:: DATA PROVIDED ::

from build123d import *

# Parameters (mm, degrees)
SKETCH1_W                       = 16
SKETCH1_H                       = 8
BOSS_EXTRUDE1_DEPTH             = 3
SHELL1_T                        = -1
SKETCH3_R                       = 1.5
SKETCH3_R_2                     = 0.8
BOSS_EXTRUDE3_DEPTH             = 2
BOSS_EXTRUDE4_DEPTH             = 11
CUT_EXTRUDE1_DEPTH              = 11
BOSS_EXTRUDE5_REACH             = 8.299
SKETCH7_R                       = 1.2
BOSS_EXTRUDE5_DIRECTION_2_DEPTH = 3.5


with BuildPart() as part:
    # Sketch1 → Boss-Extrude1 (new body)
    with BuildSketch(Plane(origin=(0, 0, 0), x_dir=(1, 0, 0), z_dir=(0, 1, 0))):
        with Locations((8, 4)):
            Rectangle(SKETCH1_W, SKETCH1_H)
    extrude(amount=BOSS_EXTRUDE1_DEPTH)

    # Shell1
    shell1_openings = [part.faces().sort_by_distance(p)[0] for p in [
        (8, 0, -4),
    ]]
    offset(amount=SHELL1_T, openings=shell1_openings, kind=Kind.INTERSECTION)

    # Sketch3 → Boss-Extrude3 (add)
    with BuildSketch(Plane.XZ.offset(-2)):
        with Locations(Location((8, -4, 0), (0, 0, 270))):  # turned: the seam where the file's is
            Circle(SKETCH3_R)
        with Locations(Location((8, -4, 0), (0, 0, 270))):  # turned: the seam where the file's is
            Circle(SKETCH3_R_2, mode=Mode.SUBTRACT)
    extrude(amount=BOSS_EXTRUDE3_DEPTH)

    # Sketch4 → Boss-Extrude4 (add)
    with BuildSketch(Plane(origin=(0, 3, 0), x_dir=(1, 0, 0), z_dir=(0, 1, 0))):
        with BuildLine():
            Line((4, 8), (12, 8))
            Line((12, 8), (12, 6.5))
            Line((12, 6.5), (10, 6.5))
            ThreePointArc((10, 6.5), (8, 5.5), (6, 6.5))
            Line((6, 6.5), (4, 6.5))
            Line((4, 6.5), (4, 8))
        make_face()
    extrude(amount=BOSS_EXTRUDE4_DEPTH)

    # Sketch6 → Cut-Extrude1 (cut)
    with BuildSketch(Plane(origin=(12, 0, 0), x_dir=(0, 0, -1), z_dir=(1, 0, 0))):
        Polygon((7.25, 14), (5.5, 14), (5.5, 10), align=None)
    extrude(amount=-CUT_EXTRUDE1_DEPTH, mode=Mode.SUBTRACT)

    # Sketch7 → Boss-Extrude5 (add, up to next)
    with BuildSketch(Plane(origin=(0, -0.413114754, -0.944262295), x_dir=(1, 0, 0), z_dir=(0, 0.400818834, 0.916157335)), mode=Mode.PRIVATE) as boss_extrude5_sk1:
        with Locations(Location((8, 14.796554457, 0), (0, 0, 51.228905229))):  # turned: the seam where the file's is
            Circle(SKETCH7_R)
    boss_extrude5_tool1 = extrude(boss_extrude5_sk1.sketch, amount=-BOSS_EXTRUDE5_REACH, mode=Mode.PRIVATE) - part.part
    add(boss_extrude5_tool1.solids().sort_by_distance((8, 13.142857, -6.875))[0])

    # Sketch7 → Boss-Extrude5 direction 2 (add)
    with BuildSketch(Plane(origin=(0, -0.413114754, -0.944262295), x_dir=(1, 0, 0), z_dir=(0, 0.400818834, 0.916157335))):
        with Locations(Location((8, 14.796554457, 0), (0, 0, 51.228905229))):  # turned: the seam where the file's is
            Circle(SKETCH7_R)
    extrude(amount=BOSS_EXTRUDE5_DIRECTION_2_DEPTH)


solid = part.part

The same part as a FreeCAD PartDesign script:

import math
import FreeCAD as App
import Part
import Sketcher

V = App.Vector
Q = App.Units.Quantity


def faces_at(feature, points):
    """Names of the faces that lie closest to the given points."""
    faces = feature.Shape.Faces
    near = lambda p: min(range(len(faces)), key=lambda i: faces[i].distToShape(Part.Vertex(*p))[0])
    return sorted({f"Face{near(p) + 1}" for p in points})

doc = App.newDocument("Part")
body = doc.addObject("PartDesign::Body", "Body")

# Sketch on XZ plane
sketch1 = body.newObject("Sketcher::SketchObject", "Sketch")
sketch1.AttachmentSupport = (doc.getObject("XZ_Plane"), [""])
sketch1.MapMode = "FlatFace"
sketch1.addGeometry(Part.LineSegment(V(0, -8, 0), V(0, 0, 0)), False)
sketch1.addGeometry(Part.LineSegment(V(0, 0, 0), V(16, 0, 0)), False)
sketch1.addGeometry(Part.LineSegment(V(16, 0, 0), V(16, -8, 0)), False)
sketch1.addGeometry(Part.LineSegment(V(16, -8, 0), V(0, -8, 0)), False)
sketch1.addConstraint(Sketcher.Constraint("Coincident", 0, 2, 1, 1))
sketch1.addConstraint(Sketcher.Constraint("Coincident", 1, 2, 2, 1))
sketch1.addConstraint(Sketcher.Constraint("Coincident", 2, 2, 3, 1))
sketch1.addConstraint(Sketcher.Constraint("Coincident", 3, 2, 0, 1))
sketch1.addConstraint(Sketcher.Constraint("Vertical", 0))
sketch1.addConstraint(Sketcher.Constraint("Horizontal", 1))
sketch1.addConstraint(Sketcher.Constraint("Vertical", 2))
sketch1.addConstraint(Sketcher.Constraint("Horizontal", 3))
sketch1.addConstraint(Sketcher.Constraint("Coincident", 0, 2, -1, 1))
sketch1.addConstraint(Sketcher.Constraint("DistanceX", 1, 1, 1, 2, Q("16 mm")))
sketch1.addConstraint(Sketcher.Constraint("DistanceY", 0, 1, 0, 2, Q("8 mm")))
pad1 = body.newObject("PartDesign::Pad", "Pad")
pad1.Profile = sketch1
pad1.Length = 3
pad1.Reversed = True
doc.recompute()

thickness = body.newObject("PartDesign::Thickness", "Thickness")
thickness.Base = (pad1, faces_at(pad1, [(8, 0, -4)]))
thickness.Value = 1
thickness.Reversed = True
thickness.Join = "Intersection"

# Sketch on XZ plane
sketch2 = body.newObject("Sketcher::SketchObject", "Sketch001")
sketch2.AttachmentSupport = (doc.getObject("XZ_Plane"), [""])
sketch2.MapMode = "FlatFace"
sketch2.AttachmentOffset = App.Placement(V(0, 0, -2), App.Rotation())
sketch2.addGeometry(Part.Circle(V(8, -4, 0), V(0, 0, 1), 1.5), False)
sketch2.addGeometry(Part.Circle(V(8, -4, 0), V(0, 0, 1), 0.8), False)
sketch2.addConstraint(Sketcher.Constraint("Coincident", 1, 3, 0, 3))
sketch2.addConstraint(Sketcher.Constraint("Diameter", 0, Q("3 mm")))
sketch2.addConstraint(Sketcher.Constraint("Diameter", 1, Q("1.6 mm")))
sketch2.addConstraint(Sketcher.Constraint("DistanceX", -1, 1, 0, 3, Q("8 mm")))
sketch2.addConstraint(Sketcher.Constraint("DistanceY", 0, 3, -1, 1, Q("4 mm")))
pad2 = body.newObject("PartDesign::Pad", "Pad001")
pad2.Profile = sketch2
pad2.Length = 2

# Sketch on XZ plane
sketch3 = body.newObject("Sketcher::SketchObject", "Sketch002")
sketch3.AttachmentSupport = (doc.getObject("XZ_Plane"), [""])
sketch3.MapMode = "FlatFace"
sketch3.AttachmentOffset = App.Placement(V(0, 0, -3), App.Rotation())
sketch3.addGeometry(Part.LineSegment(V(12, -8, 0), V(4, -8, 0)), False)
sketch3.addGeometry(Part.LineSegment(V(4, -8, 0), V(4, -6.5, 0)), False)
sketch3.addGeometry(Part.LineSegment(V(4, -6.5, 0), V(6, -6.5, 0)), False)
sketch3.addGeometry(Part.ArcOfCircle(Part.Circle(V(8, -8, 0), V(0, 0, 1), 2.5), math.radians(37), math.radians(143)), False)
sketch3.addGeometry(Part.LineSegment(V(10, -6.5, 0), V(12, -6.5, 0)), False)
sketch3.addGeometry(Part.LineSegment(V(12, -6.5, 0), V(12, -8, 0)), False)
sketch3.addConstraint(Sketcher.Constraint("Coincident", 0, 2, 1, 1))
sketch3.addConstraint(Sketcher.Constraint("Coincident", 1, 2, 2, 1))
sketch3.addConstraint(Sketcher.Constraint("Coincident", 2, 2, 3, 2))
sketch3.addConstraint(Sketcher.Constraint("Coincident", 3, 1, 4, 1))
sketch3.addConstraint(Sketcher.Constraint("Coincident", 4, 2, 5, 1))
sketch3.addConstraint(Sketcher.Constraint("Coincident", 5, 2, 0, 1))
sketch3.addConstraint(Sketcher.Constraint("Horizontal", 0))
sketch3.addConstraint(Sketcher.Constraint("Vertical", 1))
sketch3.addConstraint(Sketcher.Constraint("Horizontal", 2))
sketch3.addConstraint(Sketcher.Constraint("Horizontal", 4))
sketch3.addConstraint(Sketcher.Constraint("Vertical", 5))
sketch3.addConstraint(Sketcher.Constraint("Horizontal", 3, 3, 0, 2))
sketch3.addConstraint(Sketcher.Constraint("Horizontal", 2, 2, 3, 1))
sketch3.addConstraint(Sketcher.Constraint("Equal", 2, 4))
sketch3.addConstraint(Sketcher.Constraint("Radius", 3, Q("2.5 mm")))
sketch3.addConstraint(Sketcher.Constraint("DistanceX", 0, 2, 0, 1, Q("8 mm")))
sketch3.addConstraint(Sketcher.Constraint("DistanceX", 2, 1, 2, 2, Q("2 mm")))
sketch3.addConstraint(Sketcher.Constraint("DistanceX", -1, 1, 3, 3, Q("8 mm")))
sketch3.addConstraint(Sketcher.Constraint("DistanceY", 3, 3, -1, 1, Q("8 mm")))
pad3 = body.newObject("PartDesign::Pad", "Pad002")
pad3.Profile = sketch3
pad3.Length = 11
pad3.Reversed = True

# Sketch on YZ plane
sketch4 = body.newObject("Sketcher::SketchObject", "Sketch003")
sketch4.AttachmentSupport = (doc.getObject("YZ_Plane"), [""])
sketch4.MapMode = "FlatFace"
sketch4.AttachmentOffset = App.Placement(V(0, 0, 12), App.Rotation())
sketch4.addGeometry(Part.LineSegment(V(14, -7.2, 0), V(14, -5.5, 0)), False)
sketch4.addGeometry(Part.LineSegment(V(14, -5.5, 0), V(10, -5.5, 0)), False)
sketch4.addGeometry(Part.LineSegment(V(10, -5.5, 0), V(14, -7.2, 0)), False)
sketch4.addConstraint(Sketcher.Constraint("Coincident", 0, 2, 1, 1))
sketch4.addConstraint(Sketcher.Constraint("Coincident", 1, 2, 2, 1))
sketch4.addConstraint(Sketcher.Constraint("Coincident", 2, 2, 0, 1))
sketch4.addConstraint(Sketcher.Constraint("Vertical", 0))
sketch4.addConstraint(Sketcher.Constraint("Horizontal", 1))
sketch4.addConstraint(Sketcher.Constraint("DistanceX", 1, 2, 1, 1, Q("4 mm")))
sketch4.addConstraint(Sketcher.Constraint("DistanceX", -1, 1, 0, 2, Q("14 mm")))
sketch4.addConstraint(Sketcher.Constraint("DistanceY", 0, 1, 0, 2, Q("1.75 mm")))
sketch4.addConstraint(Sketcher.Constraint("DistanceY", 0, 2, -1, 1, Q("5.5 mm")))
pocket1 = body.newObject("PartDesign::Pocket", "Pocket")
pocket1.Profile = sketch4
pocket1.Length = 11

# Sketch on an angled plane
sketch5 = body.newObject("Sketcher::SketchObject", "Sketch004")
sketch5.Placement = App.Placement(V(0, -0.413115, -0.944262), App.Rotation(V(1, 0, 0), V(0, 0.916157335, -0.400818834), V(0, 0.400818834, 0.916157335), "ZXY"))
sketch5.addGeometry(Part.Circle(V(8, 14.8, 0), V(0, 0, 1), 1.2), False)
sketch5.addConstraint(Sketcher.Constraint("Diameter", 0, Q("2.4 mm")))
sketch5.addConstraint(Sketcher.Constraint("DistanceX", -1, 1, 0, 3, Q("8 mm")))
sketch5.addConstraint(Sketcher.Constraint("DistanceY", -1, 1, 0, 3, Q("14.796554 mm")))
pad4 = body.newObject("PartDesign::Pad", "Pad003")
pad4.Profile = sketch5
pad4.Type = "UpToFirst"
pad4.Reversed = True

# Sketch on an angled plane
sketch6 = body.newObject("Sketcher::SketchObject", "Sketch005")
sketch6.Placement = App.Placement(V(0, -0.413115, -0.944262), App.Rotation(V(1, 0, 0), V(0, 0.916157335, -0.400818834), V(0, 0.400818834, 0.916157335), "ZXY"))
sketch6.addGeometry(Part.Circle(V(8, 14.8, 0), V(0, 0, 1), 1.2), False)
sketch6.addConstraint(Sketcher.Constraint("Diameter", 0, Q("2.4 mm")))
sketch6.addConstraint(Sketcher.Constraint("DistanceX", -1, 1, 0, 3, Q("8 mm")))
sketch6.addConstraint(Sketcher.Constraint("DistanceY", -1, 1, 0, 3, Q("14.796554 mm")))
pad5 = body.newObject("PartDesign::Pad", "Pad004")
pad5.Profile = sketch6
pad5.Length = 3.5

doc.recompute()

:::

EXERCISE:
What are the lines, exactly as written above, from the line with "Circle(SKETCH3_R_2, mode=Mode.SUBTRACT)" to the line with "Line((12, 6.5), (10, 6.5))", both included? Output only those.

RESULT OF THE TASK:
            Circle(SKETCH3_R_2, mode=Mode.SUBTRACT)
    extrude(amount=BOSS_EXTRUDE3_DEPTH)

    # Sketch4 → Boss-Extrude4 (add)
    with BuildSketch(Plane(origin=(0, 3, 0), x_dir=(1, 0, 0), z_dir=(0, 1, 0))):
        with BuildLine():
            Line((4, 8), (12, 8))
            Line((12, 8), (12, 6.5))
            Line((12, 6.5), (10, 6.5))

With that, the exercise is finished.